How to get rid of gaps in rowid numbering after deleting rows?

Table tmp :
CREATE TABLE if not exists tmp (
id INTEGER PRIMARY KEY,
name TEXT NOT NULL);
I inserted 5 rows. select rowid,id,name from tmp; :
rowid
id
name
1
1
a
2
2
b
3
3
c
4
4
d
5
5
e
Now I delete rows with id 3 and 4 and run above query again:
rowid
id
name
1
1
a
2
2
b
5
5
e
rowid is not getting reset and leaves holes. Even after vacuum it doesn't reset rowid.
I want :
rowid
id
name
1
1
a
2
2
b
3
5
e
How to achieve above output?
I assume you already know a little about rowid, since you're asking about its interaction with the VACUUM command, but this may be useful information for future readers:
rowid is a special column available in all tables (unless you use WITHOUT ROWID), used internally by sqlite. A VACUUM is supposed to rebuild the table, aiming to reduce fragmentation in the database file, and may change the values of the rowid column. Moving on.
Here's the answer to your question: rowid is really special. So special that if you have an INTEGER PRIMARY KEY, it becomes an alias for the rowid column. From the docs on rowid:
With one exception noted below, if a rowid table has a primary key that consists of a single column and the declared type of that column is "INTEGER" in any mixture of upper and lower case, then the column becomes an alias for the rowid. Such a column is usually referred to as an "integer primary key". A PRIMARY KEY column only becomes an integer primary key if the declared type name is exactly "INTEGER". Other integer type names like "INT" or "BIGINT" or "SHORT INTEGER" or "UNSIGNED INTEGER" causes the primary key column to behave as an ordinary table column with integer affinity and a unique index, not as an alias for the rowid.
This makes your primary key faster than it would've been otherwise (presumably because there's no lookup from your primary key to rowid):
The data for rowid tables is stored as a B-Tree structure containing one entry for each table row, using the rowid value as the key. This means that retrieving or sorting records by rowid is fast. Searching for a record with a specific rowid, or for all records with rowids within a specified range is around twice as fast as a similar search made by specifying any other PRIMARY KEY or indexed value.
Of course, when your primary key is an alias for rowid, it would be terribly inconvenient if this could change. Since rowid is now aliased to your application data, it would not be acceptable for sqlite to change it.
Hence, this little note in the VACUUM docs:
The VACUUM command may change the ROWIDs of entries in any tables that do not have an explicit INTEGER PRIMARY KEY.
If you really really really absolutely need the rowid to change on a VACUUM (I don't see why -- feel free to discuss your reasons in the comments, I may have some suggestions), you can avoid this aliasing behavior. Note that it will decrease the performance of any table lookups using your primary key.

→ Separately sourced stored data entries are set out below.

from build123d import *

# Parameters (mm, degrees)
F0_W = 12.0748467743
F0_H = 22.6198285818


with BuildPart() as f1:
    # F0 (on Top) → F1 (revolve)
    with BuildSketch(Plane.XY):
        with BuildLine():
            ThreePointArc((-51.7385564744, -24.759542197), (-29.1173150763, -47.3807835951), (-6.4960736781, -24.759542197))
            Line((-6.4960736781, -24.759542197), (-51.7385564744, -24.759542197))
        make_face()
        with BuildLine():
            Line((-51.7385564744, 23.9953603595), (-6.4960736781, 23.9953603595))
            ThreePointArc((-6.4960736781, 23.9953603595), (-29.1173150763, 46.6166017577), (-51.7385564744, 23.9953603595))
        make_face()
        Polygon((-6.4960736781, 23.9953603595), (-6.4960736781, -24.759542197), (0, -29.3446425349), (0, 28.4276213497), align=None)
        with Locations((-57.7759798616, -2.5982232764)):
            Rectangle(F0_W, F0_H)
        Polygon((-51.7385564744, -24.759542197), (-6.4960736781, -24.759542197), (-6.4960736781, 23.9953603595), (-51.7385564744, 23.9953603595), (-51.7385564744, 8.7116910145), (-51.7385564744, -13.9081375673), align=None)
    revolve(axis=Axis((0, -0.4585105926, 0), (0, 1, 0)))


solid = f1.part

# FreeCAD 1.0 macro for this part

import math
import FreeCAD as App
import Part
import Sketcher

doc = App.newDocument("Part")
params = doc.addObject("Spreadsheet::Sheet", "Params")
for row, (alias, value) in enumerate([
    ("revolution_angle", "360 deg"),
], start=1):
    params.set(f"A{row}", alias)
    params.set(f"B{row}", "=" + value)
    params.setAlias(f"B{row}", alias)

body = doc.addObject("PartDesign::Body", "Body")

sketch1 = doc.addObject("Sketcher::SketchObject", "Sketch")
body.addObject(sketch1)
sketch1.AttachmentSupport = (doc.XY_Plane, [""])
sketch1.MapMode = "FlatFace"
sketch1.addGeometry([
    Part.ArcOfCircle(Part.Circle(App.Vector(-29, -25, 0), App.Vector(0, 0, 1), 23), math.radians(180), math.radians(360)),
    Part.LineSegment(App.Vector(-6, -25, 0), App.Vector(0, -29, 0)),
    Part.LineSegment(App.Vector(0, -29, 0), App.Vector(0, 28, 0)),
    Part.LineSegment(App.Vector(0, 28, 0), App.Vector(-6, 24, 0)),
    Part.ArcOfCircle(Part.Circle(App.Vector(-29, 24, 0), App.Vector(0, 0, 1), 23), math.radians(0), math.radians(180)),
    Part.LineSegment(App.Vector(-52, 24, 0), App.Vector(-52, 9, 0)),
    Part.LineSegment(App.Vector(-52, 9, 0), App.Vector(-64, 9, 0)),
    Part.LineSegment(App.Vector(-64, 9, 0), App.Vector(-64, -14, 0)),
    Part.LineSegment(App.Vector(-64, -14, 0), App.Vector(-52, -14, 0)),
    Part.LineSegment(App.Vector(-52, -14, 0), App.Vector(-52, -25, 0)),
], False)
sketch1.addConstraint([
    Sketcher.Constraint("Coincident", 0, 2, 1, 1),
    Sketcher.Constraint("Coincident", 1, 2, 2, 1),
    Sketcher.Constraint("Coincident", 2, 2, 3, 1),
    Sketcher.Constraint("Coincident", 3, 2, 4, 1),
    Sketcher.Constraint("Tangent", 4, 2, 5, 1),
    Sketcher.Constraint("Coincident", 5, 2, 6, 1),
    Sketcher.Constraint("Coincident", 6, 2, 7, 1),
    Sketcher.Constraint("Coincident", 7, 2, 8, 1),
    Sketcher.Constraint("Coincident", 8, 2, 9, 1),
    Sketcher.Constraint("Tangent", 9, 2, 0, 1),
    Sketcher.Constraint("Vertical", 2),
    Sketcher.Constraint("Vertical", 5),
    Sketcher.Constraint("Horizontal", 6),
    Sketcher.Constraint("Vertical", 7),
    Sketcher.Constraint("Horizontal", 8),
    Sketcher.Constraint("Vertical", 9),
    Sketcher.Constraint("Equal", 0, 4),
    Sketcher.Constraint("PointOnObject", 1, 2, -2),
    Sketcher.Constraint("Horizontal", 4, 3, 3, 2),
    Sketcher.Constraint("Horizontal", 0, 2, 9, 2),
    Sketcher.Constraint("Vertical", 0, 3, 4, 3),
    Sketcher.Constraint("Radius", 0, 22.621241),
    Sketcher.Constraint("DistanceY", 5, 2, 5, 1, 15.283669),
    Sketcher.Constraint("DistanceY", 7, 2, 7, 1, 22.619829),
    Sketcher.Constraint("DistanceY", 1, 2, 0, 2, 4.5851),
    Sketcher.Constraint("Distance", 3, 7.86409),
    Sketcher.Constraint("DistanceX", 6, 2, 6, 1, 12.074847),
    Sketcher.Constraint("DistanceY", 2, 1, 2, 2, 57.772264),
    Sketcher.Constraint("DistanceY", 9, 2, 9, 1, 10.851405),
    Sketcher.Constraint("DistanceY", -1, 1, 4, 3, 23.99536),
])
revolution = doc.addObject("PartDesign::Revolution", "Revolution")
body.addObject(revolution)
revolution.Profile = sketch1
revolution.ReferenceAxis = (sketch1, ["V_Axis"])
revolution.setExpression("Angle", "Params.revolution_angle")

doc.recompute()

To avoid the aliasing, and degrade your performance, you can use INT instead of INTEGER when defining your key:
A PRIMARY KEY column only becomes an integer primary key if the declared type name is exactly "INTEGER". Other integer type names like "INT" or "BIGINT" or "SHORT INTEGER" or "UNSIGNED INTEGER" causes the primary key column to behave as an ordinary table column with integer affinity and a unique index, not as an alias for the rowid.
I found a solution for some case. I don't know why, but this worked.

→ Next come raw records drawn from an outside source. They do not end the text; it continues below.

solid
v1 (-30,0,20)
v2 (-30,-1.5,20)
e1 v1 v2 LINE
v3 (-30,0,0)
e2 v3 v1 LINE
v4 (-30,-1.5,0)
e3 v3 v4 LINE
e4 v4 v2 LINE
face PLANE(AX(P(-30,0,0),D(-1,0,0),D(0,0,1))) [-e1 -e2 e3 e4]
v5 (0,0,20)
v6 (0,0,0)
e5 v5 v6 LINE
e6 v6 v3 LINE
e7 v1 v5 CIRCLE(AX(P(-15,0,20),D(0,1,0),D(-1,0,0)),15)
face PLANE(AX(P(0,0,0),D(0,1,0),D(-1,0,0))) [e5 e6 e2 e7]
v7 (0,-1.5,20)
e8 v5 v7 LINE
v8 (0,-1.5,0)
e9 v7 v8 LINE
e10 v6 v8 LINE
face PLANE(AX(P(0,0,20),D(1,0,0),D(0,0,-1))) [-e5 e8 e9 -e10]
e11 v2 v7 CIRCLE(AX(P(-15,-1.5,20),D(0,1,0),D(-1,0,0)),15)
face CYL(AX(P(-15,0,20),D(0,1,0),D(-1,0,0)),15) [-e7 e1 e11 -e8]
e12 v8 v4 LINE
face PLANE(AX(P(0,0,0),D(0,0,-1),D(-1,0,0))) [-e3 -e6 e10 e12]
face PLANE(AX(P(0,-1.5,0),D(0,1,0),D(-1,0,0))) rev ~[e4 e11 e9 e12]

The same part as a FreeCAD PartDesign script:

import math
import FreeCAD as App
import Part
import Sketcher
from FreeCAD import Vector
Q = App.Units.Quantity

doc = App.newDocument("Part")
body = doc.addObject("PartDesign::Body", "Body")

# Sketch on XZ plane
sketch1 = body.newObject("Sketcher::SketchObject", "Sketch")
sketch1.AttachmentSupport = (doc.getObject("XZ_Plane"), [""])
sketch1.MapMode = "FlatFace"
sketch1.addGeometry(Part.ArcOfCircle(Part.Circle(Vector(-15, 20, 0), Vector(0, 0, 1), 15), math.radians(0), math.radians(180)), False)
sketch1.addGeometry(Part.LineSegment(Vector(0, 20, 0), Vector(0, 0, 0)), False)
sketch1.addGeometry(Part.LineSegment(Vector(0, 0, 0), Vector(-30, 0, 0)), False)
sketch1.addGeometry(Part.LineSegment(Vector(-30, 0, 0), Vector(-30, 20, 0)), False)
sketch1.addConstraint(Sketcher.Constraint("Tangent", 0, 1, 1, 1))
sketch1.addConstraint(Sketcher.Constraint("Coincident", 1, 2, 2, 1))
sketch1.addConstraint(Sketcher.Constraint("Coincident", 2, 2, 3, 1))
sketch1.addConstraint(Sketcher.Constraint("Tangent", 3, 2, 0, 2))
sketch1.addConstraint(Sketcher.Constraint("Vertical", 1))
sketch1.addConstraint(Sketcher.Constraint("Horizontal", 2))
sketch1.addConstraint(Sketcher.Constraint("Vertical", 3))
sketch1.addConstraint(Sketcher.Constraint("Coincident", 1, 2, -1, 1))
sketch1.addConstraint(Sketcher.Constraint("Radius", 0, Q("15 mm")))
sketch1.addConstraint(Sketcher.Constraint("DistanceY", 1, 2, 1, 1, Q("20 mm")))
pad1 = body.newObject("PartDesign::Pad", "Pad")
pad1.Profile = sketch1
pad1.Length = 1.5

doc.recompute()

1.Rename column "id" to any other name (not PRIMARY KEY) or delete this column because you have already "rowid".
CREATE TABLE if not exists tmp (
my_i INTEGER NOT NULL,
name TEXT NOT NULL);
2.Insert 5 rows in it.
select rowid,* from tmp;
rowid my_i name
1 1 a
2 2 b
3 3 c
4 4 d
5 5 e
3.Delete rows with rowid 3 and 4 and run above query again.
DELETE FROM tmp WHERE rowid = 3;
DELETE FROM tmp WHERE rowid = 4;
select rowid,* from tmp;
rowid my_i name
1 1 a
2 2 b
5 5 e
4.Run SQL
VACUUM;
5.Run SQL
select rowid,* from tmp;
The output:
rowid my_i name
1 1 a
2 2 b
3 5 e
You must define all data from database to new array / list.After that you must delete table and rewrite all data from array / list to database .
Check it ;
https://stackoverflow.com/a/57862686/8363647
I don't get why there is so much hesitance in illustrating the answer here.
If there are any tips or specific examples y'all could provide on how or why or when to be weary of usage, we'd all appreciate it.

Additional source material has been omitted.